На третий день утих ветер, и тучи разошлись, и солнце показалось. На море лег густой туман. Едва разглядели гребцы за белою его материей землю в отдалении. А разглядев, с удвоенной силой взялись за весла.
Невысокими соснами и елями порос Большой Соловецкий остров. Ни единого дымка над деревьями, ибо нет на островах ни села, ни деревни, ни даже избы одинокой. Близ берега из волн высовывают головы многочисленные валуны. Десятки, сотни валунов! С круглыми серыми лысинами, с острыми плечами, великие — настоящие скалы! — и малые, точно окаменевшие медведи…
Вышли гребцы на берег, отерли пот.
Непуганые птицы бесстрашно расхаживают у самых ног пришельцев.
Младший, с грубыми чертами лица, с обветренною кожей, мощными руками, задубевшими от обилия тяжелой работы, с робостью обратился к старшему:
— По сердцу ли тебе дебрь соловецкая?
Тот, немолодой уже человек, седобородый, сухонький и невысокий, ответствовал:
— Во истину дебрь сия благоуханна!
Пали оба на колени и благодарили Бога за спасение. Затем вынули из лодки невеликий скарб: сухари, да лук, да одежку, да обутку, да рыболовную снасть, да соли чуть-чуть. Младший взял топор и обратился к старшему:
— Выбирай место, брат Савватий! Келейку себе срубим.
Но Савватий, умудренный инок из Валаамской обители, запретил ему:
— Нет, Герман. Прежде крест сладим. Прямо у того места, где лодка наша на берег вышла.
И застучали топоры. И полетели стружки. И встал крест над прибрежными валунами.
Герман, силач из города Тотьмы, уже посещал Соловки с лодьями рыбаков. Он отвел Савватия к месту, где стояла гора и в озерке была особенно чистая вода. Герман срубил малую келейку. А пока работал, спутник его неустанно читал ему вслух Псалтырь.
Здесь, в этой келейке, годами предавались Савватий с Германом подвигам пустынничества. Молились, читали богословские книги, дни и месяцы проводили в безмолвии. Опытный Савватий учил науке монашества некнижного Германа, который даже читать не умел.

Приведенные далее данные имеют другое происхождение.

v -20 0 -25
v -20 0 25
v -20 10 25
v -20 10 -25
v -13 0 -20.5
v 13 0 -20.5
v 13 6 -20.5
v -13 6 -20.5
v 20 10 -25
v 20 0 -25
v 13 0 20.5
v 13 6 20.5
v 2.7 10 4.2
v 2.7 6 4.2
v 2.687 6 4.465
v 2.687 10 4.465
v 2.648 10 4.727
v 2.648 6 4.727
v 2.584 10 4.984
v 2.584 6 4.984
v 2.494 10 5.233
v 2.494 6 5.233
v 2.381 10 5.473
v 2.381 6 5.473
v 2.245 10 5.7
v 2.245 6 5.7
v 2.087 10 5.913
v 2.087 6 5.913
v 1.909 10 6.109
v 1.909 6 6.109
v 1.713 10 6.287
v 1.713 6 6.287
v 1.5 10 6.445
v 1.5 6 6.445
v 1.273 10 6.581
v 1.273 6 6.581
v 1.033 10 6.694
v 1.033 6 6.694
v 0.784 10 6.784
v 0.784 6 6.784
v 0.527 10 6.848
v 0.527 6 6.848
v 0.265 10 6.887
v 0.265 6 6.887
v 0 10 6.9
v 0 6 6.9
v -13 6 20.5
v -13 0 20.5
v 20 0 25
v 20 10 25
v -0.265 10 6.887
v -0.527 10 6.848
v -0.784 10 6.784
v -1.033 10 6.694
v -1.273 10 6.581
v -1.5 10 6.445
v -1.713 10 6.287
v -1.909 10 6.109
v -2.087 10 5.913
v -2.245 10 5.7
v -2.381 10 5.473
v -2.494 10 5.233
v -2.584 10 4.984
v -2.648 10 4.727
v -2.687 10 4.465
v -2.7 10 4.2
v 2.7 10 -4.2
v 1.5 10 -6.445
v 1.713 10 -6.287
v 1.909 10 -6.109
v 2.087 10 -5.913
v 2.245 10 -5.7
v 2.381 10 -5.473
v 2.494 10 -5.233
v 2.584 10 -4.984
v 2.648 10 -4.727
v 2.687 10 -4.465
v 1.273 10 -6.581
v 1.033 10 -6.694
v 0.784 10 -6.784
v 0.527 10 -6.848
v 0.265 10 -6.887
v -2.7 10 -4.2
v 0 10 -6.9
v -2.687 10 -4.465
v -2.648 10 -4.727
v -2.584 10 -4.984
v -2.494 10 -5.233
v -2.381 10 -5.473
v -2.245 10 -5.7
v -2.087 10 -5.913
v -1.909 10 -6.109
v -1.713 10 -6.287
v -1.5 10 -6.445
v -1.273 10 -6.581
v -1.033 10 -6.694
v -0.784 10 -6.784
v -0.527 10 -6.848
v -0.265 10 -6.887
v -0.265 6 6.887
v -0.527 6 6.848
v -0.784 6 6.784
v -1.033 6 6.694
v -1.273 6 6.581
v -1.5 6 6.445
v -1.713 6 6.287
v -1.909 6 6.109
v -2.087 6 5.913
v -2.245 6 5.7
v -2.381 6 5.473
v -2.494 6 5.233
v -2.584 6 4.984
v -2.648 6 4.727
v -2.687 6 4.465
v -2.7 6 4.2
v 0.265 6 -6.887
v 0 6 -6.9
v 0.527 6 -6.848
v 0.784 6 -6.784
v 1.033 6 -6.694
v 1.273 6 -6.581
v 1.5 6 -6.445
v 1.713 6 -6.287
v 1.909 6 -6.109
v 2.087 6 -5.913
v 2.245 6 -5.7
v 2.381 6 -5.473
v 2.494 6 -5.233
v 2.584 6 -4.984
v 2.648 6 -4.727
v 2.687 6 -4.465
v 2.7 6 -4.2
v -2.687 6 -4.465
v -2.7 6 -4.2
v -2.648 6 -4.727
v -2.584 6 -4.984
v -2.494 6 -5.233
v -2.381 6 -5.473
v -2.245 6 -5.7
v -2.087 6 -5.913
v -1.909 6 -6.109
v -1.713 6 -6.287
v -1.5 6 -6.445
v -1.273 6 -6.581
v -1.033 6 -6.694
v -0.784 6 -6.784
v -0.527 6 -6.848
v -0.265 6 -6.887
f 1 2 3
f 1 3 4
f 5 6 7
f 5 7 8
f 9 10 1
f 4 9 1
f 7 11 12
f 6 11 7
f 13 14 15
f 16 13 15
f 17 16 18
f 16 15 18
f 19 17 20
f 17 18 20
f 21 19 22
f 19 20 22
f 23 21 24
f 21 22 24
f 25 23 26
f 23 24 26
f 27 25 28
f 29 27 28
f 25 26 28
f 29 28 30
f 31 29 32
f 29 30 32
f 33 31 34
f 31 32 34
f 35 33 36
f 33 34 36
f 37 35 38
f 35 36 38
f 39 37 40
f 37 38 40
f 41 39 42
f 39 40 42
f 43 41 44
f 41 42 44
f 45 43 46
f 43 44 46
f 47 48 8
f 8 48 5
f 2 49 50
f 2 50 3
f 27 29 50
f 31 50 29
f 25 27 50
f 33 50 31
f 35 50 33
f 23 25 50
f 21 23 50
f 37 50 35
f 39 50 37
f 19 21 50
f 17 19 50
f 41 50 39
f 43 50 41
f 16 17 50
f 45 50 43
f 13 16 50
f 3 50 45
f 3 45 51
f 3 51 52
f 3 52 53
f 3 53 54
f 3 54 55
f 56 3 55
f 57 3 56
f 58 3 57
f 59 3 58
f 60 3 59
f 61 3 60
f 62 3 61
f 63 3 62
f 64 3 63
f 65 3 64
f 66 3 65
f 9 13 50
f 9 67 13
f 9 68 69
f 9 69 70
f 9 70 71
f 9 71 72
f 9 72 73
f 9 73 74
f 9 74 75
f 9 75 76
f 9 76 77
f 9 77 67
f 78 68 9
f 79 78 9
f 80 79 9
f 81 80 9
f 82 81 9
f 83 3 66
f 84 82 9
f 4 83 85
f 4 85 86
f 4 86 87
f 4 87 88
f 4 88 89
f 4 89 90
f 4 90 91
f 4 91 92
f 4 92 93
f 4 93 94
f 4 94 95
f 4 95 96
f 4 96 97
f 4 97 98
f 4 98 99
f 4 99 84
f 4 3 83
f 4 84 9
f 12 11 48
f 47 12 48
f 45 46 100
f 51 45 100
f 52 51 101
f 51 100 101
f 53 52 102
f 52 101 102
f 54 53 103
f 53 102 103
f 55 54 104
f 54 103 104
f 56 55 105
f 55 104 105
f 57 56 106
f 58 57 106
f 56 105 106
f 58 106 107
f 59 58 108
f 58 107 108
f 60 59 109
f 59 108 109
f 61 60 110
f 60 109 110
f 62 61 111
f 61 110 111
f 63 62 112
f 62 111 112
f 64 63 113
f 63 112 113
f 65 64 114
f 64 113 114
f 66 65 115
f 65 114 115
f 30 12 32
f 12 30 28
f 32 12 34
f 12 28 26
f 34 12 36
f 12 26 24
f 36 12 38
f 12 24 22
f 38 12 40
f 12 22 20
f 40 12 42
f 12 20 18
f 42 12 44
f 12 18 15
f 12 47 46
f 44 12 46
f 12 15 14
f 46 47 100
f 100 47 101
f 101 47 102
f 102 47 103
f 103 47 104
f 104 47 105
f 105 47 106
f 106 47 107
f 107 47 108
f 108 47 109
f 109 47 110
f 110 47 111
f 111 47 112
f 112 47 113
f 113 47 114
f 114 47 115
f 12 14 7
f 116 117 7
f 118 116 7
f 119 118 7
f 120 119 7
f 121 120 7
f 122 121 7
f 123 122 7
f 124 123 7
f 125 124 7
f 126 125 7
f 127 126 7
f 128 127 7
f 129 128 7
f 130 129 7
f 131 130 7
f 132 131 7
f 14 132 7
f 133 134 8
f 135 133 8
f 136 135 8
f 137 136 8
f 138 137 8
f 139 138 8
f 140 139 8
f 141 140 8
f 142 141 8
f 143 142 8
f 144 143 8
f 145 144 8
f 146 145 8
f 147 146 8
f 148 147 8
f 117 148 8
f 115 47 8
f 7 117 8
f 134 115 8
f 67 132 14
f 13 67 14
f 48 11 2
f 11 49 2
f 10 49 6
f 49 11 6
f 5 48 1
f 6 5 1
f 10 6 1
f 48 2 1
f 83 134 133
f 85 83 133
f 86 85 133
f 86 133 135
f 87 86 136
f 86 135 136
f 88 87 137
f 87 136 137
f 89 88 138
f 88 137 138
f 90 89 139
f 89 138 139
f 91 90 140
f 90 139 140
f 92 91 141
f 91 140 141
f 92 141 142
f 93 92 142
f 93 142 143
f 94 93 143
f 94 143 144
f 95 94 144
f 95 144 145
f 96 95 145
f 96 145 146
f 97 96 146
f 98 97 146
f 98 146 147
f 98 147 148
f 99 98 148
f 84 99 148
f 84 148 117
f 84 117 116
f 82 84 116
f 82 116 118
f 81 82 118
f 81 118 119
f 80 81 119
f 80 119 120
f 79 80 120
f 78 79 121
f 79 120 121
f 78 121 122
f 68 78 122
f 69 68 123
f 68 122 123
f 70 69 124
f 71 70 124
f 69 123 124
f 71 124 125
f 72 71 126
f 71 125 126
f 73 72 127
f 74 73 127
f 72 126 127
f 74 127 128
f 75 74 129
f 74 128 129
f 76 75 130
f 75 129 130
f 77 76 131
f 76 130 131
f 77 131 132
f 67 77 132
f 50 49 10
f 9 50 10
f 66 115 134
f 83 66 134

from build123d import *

# Parameters (mm, degrees)
SKETCH_1_W          = 50
SKETCH_1_H          = 40
EXTRUDE_1_DEPTH     = 10
CUT_EXTRUDE_START   = -10
SKETCH_7_W          = 41
SKETCH_7_H          = 26
CUT_EXTRUDE_2_DEPTH = 6
CUT_EXTRUDE_3_DEPTH = 33.57299495


with BuildPart() as part:
    # 草图1 → 凸台-拉伸1 (new body)
    with BuildSketch(Plane(origin=(0, 0, 0), x_dir=(0, 0, -1), z_dir=(0, 1, 0))):
        Rectangle(SKETCH_1_W, SKETCH_1_H)
    extrude(amount=EXTRUDE_1_DEPTH)

    # 草图7 → 切除-拉伸2 (cut)
    with BuildSketch(Plane(origin=(0, 10, 0), x_dir=(0, 0, -1), z_dir=(0, 1, 0)).offset(CUT_EXTRUDE_START)):
        Rectangle(SKETCH_7_W, SKETCH_7_H)
    extrude(amount=CUT_EXTRUDE_2_DEPTH, mode=Mode.SUBTRACT)

    # 草图8 → 切除-拉伸3 (cut, through all)
    with BuildSketch(Plane(origin=(0, 6, 0), x_dir=(0, 0, 1), z_dir=(0, -1, 0))):
        with BuildLine():
            ThreePointArc((-1.5, 0), (-2.290811691, 1.909188309), (-4.2, 2.7))
            Line((-4.2, 2.7), (-4.2, -2.7))
            ThreePointArc((-4.2, -2.7), (-2.290811691, -1.909188309), (-1.5, 0))
        make_face()
        with BuildLine():
            Line((-4.2, -2.7), (-4.2, 2.7))
            ThreePointArc((-4.2, 2.7), (-6.9, 0), (-4.2, -2.7))
        make_face()
        with BuildLine():
            Line((4.2, 2.7), (-4.2, 2.7))
            ThreePointArc((-4.2, 2.7), (-2.290811691, 1.909188309), (-1.5, 0))
            ThreePointArc((-1.5, 0), (-2.290811691, -1.909188309), (-4.2, -2.7))
            Line((-4.2, -2.7), (4.2, -2.7))
            ThreePointArc((4.2, -2.7), (1.5, 0), (4.2, 2.7))
        make_face()
        with BuildLine():
            ThreePointArc((6.9, 0), (6.109188309, 1.909188309), (4.2, 2.7))
            Line((4.2, 2.7), (4.2, -2.7))
            ThreePointArc((4.2, -2.7), (6.109188309, -1.909188309), (6.9, 0))
        make_face()
        with BuildLine():
            Line((4.2, -2.7), (4.2, 2.7))
            ThreePointArc((4.2, 2.7), (1.5, 0), (4.2, -2.7))
        make_face()
    extrude(amount=-CUT_EXTRUDE_3_DEPTH, mode=Mode.SUBTRACT)


solid = part.part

Как хорошо монаху на Соловках! На десятки верст — море кругом. Ни жилья человеческого, ни шума, ни толп, ни соблазнов, происходящих от неспокойной жизни. Один лишь ветер играет верхушками деревьев, да море рокочет в отдалении.
Тут не растет хлеб. Зато можно ловить рыбу, искать коренья и ягоды, вволю набирать грибов, вываривать соль. А если потребуется мука, то можно на лодочке отправиться к Большой земле и там выменять ее на соль.
О ЗосимеВсего несколько месяцев в году море вокруг Соловков чисто ото льда. В иное время оно наполняется плавучими льдинами. И только отчаянно смелые люди могут пройти зимний путь до берега, то пользуясь лодкой, то взбираясь на льды и двигаясь по белой глади на санях.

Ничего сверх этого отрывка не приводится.